BEGIN Material provided

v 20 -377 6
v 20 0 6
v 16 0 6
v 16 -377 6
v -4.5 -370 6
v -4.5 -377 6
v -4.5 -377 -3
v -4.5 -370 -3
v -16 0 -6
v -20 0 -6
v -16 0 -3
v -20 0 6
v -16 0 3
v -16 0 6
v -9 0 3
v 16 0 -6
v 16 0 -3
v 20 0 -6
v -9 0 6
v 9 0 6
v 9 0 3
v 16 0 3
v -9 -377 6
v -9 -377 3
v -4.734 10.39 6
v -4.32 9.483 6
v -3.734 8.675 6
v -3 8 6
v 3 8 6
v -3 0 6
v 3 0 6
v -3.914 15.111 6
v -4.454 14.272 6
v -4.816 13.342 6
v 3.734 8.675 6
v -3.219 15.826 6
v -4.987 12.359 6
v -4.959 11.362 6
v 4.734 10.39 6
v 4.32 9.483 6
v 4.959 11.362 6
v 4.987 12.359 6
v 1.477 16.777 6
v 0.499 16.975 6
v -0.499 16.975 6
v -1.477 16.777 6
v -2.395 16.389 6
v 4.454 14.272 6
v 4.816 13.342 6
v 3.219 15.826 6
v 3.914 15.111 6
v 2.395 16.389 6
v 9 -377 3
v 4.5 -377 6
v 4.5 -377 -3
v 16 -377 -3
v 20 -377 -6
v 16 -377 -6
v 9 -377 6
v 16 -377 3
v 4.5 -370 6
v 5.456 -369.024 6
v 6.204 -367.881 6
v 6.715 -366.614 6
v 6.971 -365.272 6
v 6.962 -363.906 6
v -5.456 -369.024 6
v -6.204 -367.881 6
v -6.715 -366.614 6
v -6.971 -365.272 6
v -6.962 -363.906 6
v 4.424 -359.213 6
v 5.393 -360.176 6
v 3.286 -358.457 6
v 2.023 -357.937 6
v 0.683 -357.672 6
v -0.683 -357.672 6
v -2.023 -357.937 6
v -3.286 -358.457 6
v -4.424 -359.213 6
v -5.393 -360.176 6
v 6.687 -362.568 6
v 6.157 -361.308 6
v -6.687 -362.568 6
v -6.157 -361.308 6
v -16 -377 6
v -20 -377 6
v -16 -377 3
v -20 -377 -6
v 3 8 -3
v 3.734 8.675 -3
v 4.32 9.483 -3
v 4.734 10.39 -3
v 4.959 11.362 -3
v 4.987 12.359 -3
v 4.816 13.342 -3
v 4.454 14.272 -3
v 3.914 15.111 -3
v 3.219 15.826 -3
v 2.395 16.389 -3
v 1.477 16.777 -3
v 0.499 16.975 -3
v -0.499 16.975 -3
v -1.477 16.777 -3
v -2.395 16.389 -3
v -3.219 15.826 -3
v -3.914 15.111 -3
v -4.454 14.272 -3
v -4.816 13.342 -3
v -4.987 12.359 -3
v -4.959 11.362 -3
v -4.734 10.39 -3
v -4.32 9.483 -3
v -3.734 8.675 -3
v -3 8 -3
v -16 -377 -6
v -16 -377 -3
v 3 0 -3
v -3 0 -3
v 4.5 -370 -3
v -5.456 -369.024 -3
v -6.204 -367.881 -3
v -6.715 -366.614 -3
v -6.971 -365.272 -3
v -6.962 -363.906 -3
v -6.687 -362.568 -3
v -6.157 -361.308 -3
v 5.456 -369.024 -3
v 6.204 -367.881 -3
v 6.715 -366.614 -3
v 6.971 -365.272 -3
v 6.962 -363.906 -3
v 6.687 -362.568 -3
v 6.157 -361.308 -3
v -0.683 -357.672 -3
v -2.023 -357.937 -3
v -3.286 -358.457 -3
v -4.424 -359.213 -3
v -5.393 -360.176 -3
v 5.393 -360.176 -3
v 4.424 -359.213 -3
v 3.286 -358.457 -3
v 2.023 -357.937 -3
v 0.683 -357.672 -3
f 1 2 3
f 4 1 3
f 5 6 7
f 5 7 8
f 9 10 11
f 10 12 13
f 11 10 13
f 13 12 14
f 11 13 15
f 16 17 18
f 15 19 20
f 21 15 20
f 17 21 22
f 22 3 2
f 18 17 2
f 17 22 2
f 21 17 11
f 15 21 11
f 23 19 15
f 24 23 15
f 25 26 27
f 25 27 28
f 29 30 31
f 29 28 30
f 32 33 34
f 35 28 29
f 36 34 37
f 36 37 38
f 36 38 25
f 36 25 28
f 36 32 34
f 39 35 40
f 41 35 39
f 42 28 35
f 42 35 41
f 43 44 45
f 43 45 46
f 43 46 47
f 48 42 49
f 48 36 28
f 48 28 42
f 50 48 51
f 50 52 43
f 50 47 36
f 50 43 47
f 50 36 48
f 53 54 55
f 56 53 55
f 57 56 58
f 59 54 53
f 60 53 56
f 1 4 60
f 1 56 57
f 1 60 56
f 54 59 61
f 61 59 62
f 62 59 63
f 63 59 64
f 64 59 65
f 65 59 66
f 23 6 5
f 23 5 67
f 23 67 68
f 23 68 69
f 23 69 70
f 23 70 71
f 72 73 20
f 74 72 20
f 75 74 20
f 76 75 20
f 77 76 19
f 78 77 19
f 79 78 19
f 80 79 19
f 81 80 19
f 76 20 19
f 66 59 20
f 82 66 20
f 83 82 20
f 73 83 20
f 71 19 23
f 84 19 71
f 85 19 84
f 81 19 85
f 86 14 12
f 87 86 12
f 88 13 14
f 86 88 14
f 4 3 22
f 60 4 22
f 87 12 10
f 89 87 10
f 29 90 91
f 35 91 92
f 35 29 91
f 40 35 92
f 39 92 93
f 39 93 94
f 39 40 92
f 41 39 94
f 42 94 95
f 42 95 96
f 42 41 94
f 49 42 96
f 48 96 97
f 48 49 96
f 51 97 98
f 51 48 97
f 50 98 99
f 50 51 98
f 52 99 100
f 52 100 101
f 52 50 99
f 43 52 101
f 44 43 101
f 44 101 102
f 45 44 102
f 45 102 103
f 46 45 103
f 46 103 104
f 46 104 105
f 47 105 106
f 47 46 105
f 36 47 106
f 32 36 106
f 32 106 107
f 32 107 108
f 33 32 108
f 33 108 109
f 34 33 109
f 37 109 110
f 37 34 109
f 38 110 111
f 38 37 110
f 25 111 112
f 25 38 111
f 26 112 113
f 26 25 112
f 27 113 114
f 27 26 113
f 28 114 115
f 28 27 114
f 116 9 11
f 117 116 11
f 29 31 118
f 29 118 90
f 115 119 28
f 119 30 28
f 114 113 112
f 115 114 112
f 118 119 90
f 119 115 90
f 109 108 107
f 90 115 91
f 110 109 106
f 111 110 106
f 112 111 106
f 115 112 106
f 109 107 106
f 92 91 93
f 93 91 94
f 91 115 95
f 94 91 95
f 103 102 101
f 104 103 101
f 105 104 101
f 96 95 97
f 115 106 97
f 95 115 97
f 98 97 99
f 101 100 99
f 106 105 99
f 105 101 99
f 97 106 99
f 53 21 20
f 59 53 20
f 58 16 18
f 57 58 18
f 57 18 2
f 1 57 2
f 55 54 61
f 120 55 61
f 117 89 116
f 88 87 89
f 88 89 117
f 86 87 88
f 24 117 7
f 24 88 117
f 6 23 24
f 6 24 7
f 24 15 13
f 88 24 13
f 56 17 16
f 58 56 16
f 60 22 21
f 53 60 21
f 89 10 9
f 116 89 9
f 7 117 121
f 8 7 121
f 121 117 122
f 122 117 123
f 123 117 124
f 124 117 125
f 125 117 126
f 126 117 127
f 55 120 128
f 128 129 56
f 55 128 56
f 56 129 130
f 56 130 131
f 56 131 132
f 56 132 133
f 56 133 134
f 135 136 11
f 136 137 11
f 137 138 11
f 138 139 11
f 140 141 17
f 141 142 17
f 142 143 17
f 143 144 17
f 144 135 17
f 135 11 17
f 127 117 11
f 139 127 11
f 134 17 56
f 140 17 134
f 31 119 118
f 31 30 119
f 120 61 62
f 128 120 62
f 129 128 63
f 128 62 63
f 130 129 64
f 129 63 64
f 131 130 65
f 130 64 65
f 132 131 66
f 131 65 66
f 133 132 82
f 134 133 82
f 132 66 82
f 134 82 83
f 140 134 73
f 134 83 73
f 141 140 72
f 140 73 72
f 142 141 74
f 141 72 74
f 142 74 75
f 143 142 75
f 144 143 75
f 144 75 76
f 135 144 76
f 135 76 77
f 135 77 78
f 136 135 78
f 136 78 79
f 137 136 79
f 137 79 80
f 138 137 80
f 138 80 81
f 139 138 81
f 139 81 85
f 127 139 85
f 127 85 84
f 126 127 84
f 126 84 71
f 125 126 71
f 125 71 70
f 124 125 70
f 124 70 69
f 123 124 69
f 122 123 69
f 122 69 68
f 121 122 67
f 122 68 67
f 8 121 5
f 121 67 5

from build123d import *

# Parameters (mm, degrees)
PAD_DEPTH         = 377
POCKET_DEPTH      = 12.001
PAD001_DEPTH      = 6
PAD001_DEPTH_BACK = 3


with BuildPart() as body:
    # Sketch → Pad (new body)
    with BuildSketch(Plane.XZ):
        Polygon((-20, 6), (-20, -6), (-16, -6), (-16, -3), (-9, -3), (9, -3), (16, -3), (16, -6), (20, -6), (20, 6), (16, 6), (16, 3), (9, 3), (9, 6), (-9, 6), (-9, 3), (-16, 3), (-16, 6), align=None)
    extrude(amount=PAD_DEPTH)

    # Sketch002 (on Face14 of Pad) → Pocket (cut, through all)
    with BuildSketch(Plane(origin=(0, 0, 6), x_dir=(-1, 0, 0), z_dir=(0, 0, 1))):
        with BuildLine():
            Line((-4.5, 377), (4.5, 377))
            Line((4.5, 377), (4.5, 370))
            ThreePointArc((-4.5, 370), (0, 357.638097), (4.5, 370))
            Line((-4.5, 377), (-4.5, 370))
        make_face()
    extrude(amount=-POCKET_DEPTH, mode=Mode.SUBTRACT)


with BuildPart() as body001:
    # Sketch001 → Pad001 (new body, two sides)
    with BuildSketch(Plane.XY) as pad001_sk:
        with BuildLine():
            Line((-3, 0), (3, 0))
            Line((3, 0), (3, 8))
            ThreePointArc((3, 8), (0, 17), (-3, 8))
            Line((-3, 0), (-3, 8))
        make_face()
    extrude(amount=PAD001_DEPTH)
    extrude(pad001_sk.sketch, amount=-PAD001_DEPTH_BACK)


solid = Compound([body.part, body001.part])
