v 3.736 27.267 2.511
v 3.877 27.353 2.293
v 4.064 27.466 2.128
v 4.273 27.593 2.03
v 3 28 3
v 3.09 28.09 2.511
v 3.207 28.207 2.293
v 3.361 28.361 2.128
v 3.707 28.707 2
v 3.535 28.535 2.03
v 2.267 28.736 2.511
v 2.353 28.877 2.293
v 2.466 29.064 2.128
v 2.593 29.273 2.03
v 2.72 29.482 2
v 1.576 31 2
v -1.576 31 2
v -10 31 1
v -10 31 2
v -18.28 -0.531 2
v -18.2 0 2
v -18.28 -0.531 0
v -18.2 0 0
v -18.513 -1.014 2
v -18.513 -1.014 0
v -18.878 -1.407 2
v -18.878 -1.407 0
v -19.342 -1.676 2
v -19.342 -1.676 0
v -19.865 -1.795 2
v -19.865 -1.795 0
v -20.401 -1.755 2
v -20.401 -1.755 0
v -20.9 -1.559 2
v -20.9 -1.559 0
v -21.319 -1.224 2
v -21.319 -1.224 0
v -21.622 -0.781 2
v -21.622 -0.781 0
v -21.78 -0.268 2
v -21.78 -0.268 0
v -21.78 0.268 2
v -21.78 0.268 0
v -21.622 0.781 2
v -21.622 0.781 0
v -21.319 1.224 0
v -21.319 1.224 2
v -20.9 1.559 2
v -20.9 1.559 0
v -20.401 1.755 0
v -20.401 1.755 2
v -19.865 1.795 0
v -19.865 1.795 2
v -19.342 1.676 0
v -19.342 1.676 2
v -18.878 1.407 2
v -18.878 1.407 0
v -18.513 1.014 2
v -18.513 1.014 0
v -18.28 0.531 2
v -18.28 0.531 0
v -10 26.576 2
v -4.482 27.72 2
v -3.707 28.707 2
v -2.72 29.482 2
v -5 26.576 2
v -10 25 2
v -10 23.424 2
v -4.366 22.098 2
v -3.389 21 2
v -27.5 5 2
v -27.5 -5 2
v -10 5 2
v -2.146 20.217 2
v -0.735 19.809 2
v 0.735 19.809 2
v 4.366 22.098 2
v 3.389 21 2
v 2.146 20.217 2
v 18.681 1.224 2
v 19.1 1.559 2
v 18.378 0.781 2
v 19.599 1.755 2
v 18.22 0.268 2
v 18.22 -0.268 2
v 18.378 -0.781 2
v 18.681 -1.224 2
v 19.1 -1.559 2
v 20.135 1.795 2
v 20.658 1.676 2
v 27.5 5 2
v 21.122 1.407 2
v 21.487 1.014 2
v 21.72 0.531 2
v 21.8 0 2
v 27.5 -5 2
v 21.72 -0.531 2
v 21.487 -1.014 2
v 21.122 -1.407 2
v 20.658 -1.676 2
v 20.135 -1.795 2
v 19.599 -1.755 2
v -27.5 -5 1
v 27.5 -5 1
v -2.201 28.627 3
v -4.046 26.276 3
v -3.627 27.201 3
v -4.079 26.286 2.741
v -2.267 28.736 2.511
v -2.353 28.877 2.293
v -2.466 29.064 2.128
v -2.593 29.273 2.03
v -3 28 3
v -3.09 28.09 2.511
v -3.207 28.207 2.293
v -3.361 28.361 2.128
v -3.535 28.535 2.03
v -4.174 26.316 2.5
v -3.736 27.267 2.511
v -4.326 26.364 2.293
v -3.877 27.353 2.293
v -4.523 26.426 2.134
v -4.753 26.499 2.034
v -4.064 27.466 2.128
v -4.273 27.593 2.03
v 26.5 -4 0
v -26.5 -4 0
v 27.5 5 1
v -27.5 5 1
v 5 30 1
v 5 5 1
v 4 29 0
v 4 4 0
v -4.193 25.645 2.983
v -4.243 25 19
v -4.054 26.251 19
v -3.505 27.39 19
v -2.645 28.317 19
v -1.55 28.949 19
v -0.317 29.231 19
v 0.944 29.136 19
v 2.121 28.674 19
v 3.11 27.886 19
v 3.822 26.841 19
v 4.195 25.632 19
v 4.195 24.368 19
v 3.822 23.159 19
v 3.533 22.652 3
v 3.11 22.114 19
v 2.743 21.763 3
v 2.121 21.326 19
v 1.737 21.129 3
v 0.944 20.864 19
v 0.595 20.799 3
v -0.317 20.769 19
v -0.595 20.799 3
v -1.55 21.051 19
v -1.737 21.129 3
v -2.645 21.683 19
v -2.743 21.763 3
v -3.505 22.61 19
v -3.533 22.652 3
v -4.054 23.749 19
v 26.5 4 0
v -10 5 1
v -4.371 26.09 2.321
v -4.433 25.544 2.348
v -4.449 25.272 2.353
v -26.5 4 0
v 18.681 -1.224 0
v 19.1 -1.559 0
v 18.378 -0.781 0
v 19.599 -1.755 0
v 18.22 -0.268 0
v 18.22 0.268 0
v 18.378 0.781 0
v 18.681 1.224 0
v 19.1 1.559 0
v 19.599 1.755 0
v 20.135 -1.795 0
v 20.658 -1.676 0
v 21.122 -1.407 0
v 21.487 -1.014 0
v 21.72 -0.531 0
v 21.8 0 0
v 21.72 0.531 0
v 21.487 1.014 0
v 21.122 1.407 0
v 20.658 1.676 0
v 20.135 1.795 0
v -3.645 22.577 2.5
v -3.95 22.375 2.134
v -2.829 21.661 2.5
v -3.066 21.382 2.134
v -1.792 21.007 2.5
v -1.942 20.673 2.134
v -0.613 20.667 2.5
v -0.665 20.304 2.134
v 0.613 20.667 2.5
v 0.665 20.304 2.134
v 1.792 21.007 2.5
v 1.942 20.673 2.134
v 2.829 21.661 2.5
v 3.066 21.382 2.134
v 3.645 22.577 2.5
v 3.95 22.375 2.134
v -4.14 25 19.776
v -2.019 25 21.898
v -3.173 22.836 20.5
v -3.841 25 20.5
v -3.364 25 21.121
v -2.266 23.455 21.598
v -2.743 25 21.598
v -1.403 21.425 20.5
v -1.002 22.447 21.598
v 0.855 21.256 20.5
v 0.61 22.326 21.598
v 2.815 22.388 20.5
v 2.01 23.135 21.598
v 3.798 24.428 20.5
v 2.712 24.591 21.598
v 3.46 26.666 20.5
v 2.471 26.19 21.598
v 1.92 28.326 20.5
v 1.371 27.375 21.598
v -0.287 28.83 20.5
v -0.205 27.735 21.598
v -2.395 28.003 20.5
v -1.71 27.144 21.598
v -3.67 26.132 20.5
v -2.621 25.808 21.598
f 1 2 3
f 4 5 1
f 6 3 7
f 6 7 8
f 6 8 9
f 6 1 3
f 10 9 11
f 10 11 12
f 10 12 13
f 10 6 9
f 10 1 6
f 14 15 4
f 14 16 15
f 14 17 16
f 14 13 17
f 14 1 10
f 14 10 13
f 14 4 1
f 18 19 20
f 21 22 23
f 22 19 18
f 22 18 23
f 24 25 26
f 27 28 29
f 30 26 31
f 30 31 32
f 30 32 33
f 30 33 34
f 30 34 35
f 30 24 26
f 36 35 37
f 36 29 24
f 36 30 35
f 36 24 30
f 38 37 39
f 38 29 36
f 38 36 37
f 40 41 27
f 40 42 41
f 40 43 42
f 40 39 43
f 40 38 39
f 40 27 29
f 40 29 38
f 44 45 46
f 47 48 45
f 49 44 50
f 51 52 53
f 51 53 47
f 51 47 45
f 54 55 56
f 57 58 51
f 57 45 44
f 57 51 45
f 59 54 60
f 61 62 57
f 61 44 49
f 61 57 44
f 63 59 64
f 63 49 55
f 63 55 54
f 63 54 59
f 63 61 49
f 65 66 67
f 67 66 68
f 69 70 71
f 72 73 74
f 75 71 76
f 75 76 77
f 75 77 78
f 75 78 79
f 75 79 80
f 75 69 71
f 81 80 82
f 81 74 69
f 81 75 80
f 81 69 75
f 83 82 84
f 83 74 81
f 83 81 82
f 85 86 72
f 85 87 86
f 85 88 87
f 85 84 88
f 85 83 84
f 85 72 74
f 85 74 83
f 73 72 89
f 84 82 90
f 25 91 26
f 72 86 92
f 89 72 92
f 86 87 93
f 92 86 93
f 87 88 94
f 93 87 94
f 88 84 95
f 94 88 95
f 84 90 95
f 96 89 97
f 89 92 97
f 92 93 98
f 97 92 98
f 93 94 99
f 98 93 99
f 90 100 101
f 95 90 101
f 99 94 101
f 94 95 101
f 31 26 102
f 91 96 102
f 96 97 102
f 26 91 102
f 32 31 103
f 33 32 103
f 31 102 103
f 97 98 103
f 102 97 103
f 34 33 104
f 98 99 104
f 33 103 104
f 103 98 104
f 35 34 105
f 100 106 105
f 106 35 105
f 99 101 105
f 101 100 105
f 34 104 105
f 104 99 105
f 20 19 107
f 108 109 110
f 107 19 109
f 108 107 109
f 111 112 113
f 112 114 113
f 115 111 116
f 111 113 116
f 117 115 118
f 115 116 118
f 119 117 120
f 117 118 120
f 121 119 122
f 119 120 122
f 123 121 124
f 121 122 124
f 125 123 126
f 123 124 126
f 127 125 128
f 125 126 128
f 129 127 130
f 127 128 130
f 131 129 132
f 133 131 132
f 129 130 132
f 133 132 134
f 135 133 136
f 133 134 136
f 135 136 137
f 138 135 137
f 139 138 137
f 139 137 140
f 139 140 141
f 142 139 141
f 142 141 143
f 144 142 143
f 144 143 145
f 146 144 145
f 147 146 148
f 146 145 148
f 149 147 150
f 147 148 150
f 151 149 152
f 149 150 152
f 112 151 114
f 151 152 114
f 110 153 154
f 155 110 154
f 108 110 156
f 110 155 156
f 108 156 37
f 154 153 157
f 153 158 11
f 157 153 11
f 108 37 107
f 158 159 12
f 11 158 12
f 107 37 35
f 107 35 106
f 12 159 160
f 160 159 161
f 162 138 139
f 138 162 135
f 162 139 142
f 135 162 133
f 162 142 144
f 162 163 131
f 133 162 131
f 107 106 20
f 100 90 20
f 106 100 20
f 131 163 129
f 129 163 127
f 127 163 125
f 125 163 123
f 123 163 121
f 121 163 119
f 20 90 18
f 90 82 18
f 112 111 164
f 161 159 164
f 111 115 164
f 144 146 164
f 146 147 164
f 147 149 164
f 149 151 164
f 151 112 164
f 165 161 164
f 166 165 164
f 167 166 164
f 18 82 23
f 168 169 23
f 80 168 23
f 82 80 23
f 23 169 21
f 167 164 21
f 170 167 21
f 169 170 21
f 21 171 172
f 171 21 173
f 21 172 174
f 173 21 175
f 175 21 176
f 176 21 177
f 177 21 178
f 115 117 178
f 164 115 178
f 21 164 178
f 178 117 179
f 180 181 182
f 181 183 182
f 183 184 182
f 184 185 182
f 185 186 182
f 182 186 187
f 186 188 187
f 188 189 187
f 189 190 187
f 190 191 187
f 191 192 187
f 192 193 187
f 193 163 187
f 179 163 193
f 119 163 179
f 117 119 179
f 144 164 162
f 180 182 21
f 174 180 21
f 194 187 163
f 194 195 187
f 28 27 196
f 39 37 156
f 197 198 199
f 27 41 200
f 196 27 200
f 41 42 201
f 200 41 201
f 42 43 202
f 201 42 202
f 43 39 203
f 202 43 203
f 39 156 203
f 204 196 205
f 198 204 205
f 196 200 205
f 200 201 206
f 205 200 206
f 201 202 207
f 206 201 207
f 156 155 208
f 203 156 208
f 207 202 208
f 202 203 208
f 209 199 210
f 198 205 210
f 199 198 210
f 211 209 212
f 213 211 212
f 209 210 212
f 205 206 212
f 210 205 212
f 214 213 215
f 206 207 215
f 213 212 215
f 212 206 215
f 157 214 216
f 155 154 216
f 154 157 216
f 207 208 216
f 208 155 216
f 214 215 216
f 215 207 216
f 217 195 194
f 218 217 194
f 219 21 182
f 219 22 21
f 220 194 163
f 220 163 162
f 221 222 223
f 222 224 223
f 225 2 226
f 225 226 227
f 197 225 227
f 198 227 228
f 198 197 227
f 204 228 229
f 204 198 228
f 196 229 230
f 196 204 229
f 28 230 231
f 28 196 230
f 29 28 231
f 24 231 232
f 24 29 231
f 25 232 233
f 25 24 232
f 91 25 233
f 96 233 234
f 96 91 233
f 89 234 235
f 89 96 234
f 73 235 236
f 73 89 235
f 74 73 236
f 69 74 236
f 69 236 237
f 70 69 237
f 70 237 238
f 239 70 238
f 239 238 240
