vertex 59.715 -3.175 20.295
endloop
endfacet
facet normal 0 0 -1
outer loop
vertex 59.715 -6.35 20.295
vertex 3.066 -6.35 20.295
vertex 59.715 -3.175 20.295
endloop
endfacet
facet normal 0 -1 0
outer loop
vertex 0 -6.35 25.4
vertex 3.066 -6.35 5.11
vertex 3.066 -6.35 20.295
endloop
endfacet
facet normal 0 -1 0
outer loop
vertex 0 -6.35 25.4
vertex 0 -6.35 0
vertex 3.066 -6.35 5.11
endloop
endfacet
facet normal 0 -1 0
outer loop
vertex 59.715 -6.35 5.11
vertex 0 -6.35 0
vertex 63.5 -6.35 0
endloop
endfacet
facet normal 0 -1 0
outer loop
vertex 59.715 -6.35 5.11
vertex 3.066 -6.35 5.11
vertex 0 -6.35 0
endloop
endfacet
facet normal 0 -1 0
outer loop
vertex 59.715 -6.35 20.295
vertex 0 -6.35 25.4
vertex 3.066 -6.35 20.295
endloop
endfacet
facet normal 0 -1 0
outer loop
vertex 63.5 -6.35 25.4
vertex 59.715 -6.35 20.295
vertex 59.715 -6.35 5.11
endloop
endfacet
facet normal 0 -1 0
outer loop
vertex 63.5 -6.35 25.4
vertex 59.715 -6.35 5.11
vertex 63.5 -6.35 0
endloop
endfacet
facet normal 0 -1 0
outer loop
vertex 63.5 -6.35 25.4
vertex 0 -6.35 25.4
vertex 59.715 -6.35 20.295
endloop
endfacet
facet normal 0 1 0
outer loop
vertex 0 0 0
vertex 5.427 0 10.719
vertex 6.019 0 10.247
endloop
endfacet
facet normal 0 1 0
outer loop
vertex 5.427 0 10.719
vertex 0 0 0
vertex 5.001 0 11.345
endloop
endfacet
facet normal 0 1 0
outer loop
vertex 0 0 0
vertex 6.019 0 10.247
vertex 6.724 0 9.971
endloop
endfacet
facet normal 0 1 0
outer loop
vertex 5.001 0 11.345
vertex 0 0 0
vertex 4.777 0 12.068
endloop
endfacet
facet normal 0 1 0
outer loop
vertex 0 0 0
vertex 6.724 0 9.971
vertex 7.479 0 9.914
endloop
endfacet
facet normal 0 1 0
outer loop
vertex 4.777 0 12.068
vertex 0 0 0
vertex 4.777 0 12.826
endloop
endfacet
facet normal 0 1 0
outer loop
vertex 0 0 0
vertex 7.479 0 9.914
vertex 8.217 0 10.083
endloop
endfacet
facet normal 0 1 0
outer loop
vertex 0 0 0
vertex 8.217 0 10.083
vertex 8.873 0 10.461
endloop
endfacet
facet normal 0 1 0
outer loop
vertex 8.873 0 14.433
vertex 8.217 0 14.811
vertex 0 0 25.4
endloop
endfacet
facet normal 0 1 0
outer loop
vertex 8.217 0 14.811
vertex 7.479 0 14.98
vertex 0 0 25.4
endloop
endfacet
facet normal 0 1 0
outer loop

END Material provided

- What needs to be done
Above are the records. Copy the lines beginning at the one that has "f 156 155 208" and ending with the one that has "f 239 238 240", unchanged.

- Reply to the task
f 156 155 208
f 203 156 208
f 207 202 208
f 202 203 208
f 209 199 210
f 198 205 210
f 199 198 210
f 211 209 212
f 213 211 212
f 209 210 212
f 205 206 212
f 210 205 212
f 214 213 215
f 206 207 215
f 213 212 215
f 212 206 215
f 157 214 216
f 155 154 216
f 154 157 216
f 207 208 216
f 208 155 216
f 214 215 216
f 215 207 216
f 217 195 194
f 218 217 194
f 219 21 182
f 219 22 21
f 220 194 163
f 220 163 162
f 221 222 223
f 222 224 223
f 225 2 226
f 225 226 227
f 197 225 227
f 198 227 228
f 198 197 227
f 204 228 229
f 204 198 228
f 196 229 230
f 196 204 229
f 28 230 231
f 28 196 230
f 29 28 231
f 24 231 232
f 24 29 231
f 25 232 233
f 25 24 232
f 91 25 233
f 96 233 234
f 96 91 233
f 89 234 235
f 89 96 234
f 73 235 236
f 73 89 235
f 74 73 236
f 69 74 236
f 69 236 237
f 70 69 237
f 70 237 238
f 239 70 238
f 239 238 240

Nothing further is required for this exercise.